- _Exercise details_:
In the entries below, which lines run from the one containing "v 1.403 32.259 0" to the one containing "v 3.711 -35.306 6"? Copy exactly those lines, ends included, and no others.

- _Extracted material_:

┏━━

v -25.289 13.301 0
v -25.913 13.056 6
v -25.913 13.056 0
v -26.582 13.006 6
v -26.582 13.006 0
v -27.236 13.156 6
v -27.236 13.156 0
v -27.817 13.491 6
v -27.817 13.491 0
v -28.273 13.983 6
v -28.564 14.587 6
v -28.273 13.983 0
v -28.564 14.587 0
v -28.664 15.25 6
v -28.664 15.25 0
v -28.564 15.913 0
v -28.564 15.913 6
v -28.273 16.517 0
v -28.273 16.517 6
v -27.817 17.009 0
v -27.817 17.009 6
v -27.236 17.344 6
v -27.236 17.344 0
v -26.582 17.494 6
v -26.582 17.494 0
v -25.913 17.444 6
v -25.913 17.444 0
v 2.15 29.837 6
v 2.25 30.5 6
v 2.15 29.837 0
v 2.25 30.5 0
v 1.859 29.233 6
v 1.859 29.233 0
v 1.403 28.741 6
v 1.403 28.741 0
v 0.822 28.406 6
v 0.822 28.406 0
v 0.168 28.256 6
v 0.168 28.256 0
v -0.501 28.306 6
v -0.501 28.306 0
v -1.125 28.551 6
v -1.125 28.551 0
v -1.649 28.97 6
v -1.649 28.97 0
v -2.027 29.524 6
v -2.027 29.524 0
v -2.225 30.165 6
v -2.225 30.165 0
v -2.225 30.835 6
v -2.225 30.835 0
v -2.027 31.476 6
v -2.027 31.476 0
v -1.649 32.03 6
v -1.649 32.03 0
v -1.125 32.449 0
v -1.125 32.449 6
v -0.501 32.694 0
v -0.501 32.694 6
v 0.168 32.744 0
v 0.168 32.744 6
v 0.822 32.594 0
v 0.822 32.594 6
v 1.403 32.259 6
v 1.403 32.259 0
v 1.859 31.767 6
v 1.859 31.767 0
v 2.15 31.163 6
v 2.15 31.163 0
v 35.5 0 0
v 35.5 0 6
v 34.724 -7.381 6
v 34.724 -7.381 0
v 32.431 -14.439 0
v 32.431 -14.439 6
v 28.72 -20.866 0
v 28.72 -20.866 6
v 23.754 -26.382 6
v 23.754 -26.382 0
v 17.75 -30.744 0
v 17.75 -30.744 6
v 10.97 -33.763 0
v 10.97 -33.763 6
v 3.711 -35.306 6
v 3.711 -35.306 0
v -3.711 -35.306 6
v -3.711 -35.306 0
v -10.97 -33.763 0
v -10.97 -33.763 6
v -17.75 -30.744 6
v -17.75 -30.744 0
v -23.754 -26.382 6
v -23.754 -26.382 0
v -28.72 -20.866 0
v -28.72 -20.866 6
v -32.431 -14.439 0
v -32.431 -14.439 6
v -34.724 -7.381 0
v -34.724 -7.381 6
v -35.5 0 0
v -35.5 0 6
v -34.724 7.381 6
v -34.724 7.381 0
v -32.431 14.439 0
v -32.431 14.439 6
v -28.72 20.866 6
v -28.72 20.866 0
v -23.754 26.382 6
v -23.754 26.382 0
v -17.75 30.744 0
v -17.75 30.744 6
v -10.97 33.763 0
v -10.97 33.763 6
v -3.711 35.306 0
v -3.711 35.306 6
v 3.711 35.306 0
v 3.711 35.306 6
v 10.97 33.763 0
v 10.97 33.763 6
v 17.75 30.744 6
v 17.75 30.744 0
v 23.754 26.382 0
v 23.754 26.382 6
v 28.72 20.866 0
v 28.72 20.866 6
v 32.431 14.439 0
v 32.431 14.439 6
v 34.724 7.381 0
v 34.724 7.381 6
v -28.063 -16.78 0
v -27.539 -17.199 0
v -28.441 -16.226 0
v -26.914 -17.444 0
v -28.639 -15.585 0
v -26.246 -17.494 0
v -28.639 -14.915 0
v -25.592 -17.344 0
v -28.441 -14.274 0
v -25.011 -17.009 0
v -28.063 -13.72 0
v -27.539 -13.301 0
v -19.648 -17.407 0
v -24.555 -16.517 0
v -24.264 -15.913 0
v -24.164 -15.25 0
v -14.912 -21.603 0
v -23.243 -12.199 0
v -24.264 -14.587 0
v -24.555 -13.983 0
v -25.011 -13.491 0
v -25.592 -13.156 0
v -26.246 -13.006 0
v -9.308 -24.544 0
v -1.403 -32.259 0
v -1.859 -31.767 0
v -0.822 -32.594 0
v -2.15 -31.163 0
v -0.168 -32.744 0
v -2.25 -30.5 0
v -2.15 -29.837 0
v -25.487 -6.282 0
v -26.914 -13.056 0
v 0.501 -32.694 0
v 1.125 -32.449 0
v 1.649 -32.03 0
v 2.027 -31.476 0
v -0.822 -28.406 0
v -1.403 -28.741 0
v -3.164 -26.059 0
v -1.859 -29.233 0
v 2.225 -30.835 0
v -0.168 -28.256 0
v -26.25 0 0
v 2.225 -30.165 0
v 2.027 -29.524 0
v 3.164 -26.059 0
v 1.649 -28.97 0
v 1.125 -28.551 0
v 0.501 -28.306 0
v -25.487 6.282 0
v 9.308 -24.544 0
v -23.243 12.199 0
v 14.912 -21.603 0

┗━━
┏━━

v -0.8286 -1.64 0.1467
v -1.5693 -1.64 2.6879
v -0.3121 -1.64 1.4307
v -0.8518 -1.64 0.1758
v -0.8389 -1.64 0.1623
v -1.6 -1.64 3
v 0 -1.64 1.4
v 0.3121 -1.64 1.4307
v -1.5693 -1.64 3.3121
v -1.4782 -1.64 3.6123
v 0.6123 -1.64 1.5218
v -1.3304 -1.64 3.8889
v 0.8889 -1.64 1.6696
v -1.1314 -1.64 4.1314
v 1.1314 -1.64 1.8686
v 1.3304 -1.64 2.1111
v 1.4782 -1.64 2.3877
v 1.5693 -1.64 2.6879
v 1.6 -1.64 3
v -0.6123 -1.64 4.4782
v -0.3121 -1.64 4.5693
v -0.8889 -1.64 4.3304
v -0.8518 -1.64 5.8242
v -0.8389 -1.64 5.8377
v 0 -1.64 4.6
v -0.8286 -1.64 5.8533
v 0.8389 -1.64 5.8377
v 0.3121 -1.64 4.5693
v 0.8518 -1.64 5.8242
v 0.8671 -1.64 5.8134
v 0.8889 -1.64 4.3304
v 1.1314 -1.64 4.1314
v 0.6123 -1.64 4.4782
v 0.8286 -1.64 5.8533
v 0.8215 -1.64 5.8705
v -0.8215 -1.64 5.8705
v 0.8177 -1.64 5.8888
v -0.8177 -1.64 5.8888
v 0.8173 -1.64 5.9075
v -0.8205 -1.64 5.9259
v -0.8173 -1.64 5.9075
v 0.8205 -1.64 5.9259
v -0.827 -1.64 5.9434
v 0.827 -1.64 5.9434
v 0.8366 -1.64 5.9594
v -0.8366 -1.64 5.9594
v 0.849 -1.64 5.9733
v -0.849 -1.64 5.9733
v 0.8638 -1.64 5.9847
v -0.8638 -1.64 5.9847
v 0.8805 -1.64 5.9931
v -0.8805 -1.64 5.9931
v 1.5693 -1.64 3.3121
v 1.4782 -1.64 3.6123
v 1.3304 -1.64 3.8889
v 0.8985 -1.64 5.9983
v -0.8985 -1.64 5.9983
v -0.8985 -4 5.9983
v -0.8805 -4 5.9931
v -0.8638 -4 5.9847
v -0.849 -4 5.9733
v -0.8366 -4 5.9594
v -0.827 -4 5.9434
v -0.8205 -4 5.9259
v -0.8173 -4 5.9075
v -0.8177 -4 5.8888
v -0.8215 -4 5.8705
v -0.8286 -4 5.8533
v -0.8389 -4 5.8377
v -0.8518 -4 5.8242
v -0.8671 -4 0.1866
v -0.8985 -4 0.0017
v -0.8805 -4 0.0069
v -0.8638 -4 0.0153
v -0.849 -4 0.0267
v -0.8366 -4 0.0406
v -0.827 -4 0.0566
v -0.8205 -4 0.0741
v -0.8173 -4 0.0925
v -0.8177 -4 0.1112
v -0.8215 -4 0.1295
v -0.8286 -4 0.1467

┗━━

- _Output below_:
v 1.403 32.259 0
v 1.859 31.767 6
v 1.859 31.767 0
v 2.15 31.163 6
v 2.15 31.163 0
v 35.5 0 0
v 35.5 0 6
v 34.724 -7.381 6
v 34.724 -7.381 0
v 32.431 -14.439 0
v 32.431 -14.439 6
v 28.72 -20.866 0
v 28.72 -20.866 6
v 23.754 -26.382 6
v 23.754 -26.382 0
v 17.75 -30.744 0
v 17.75 -30.744 6
v 10.97 -33.763 0
v 10.97 -33.763 6
v 3.711 -35.306 6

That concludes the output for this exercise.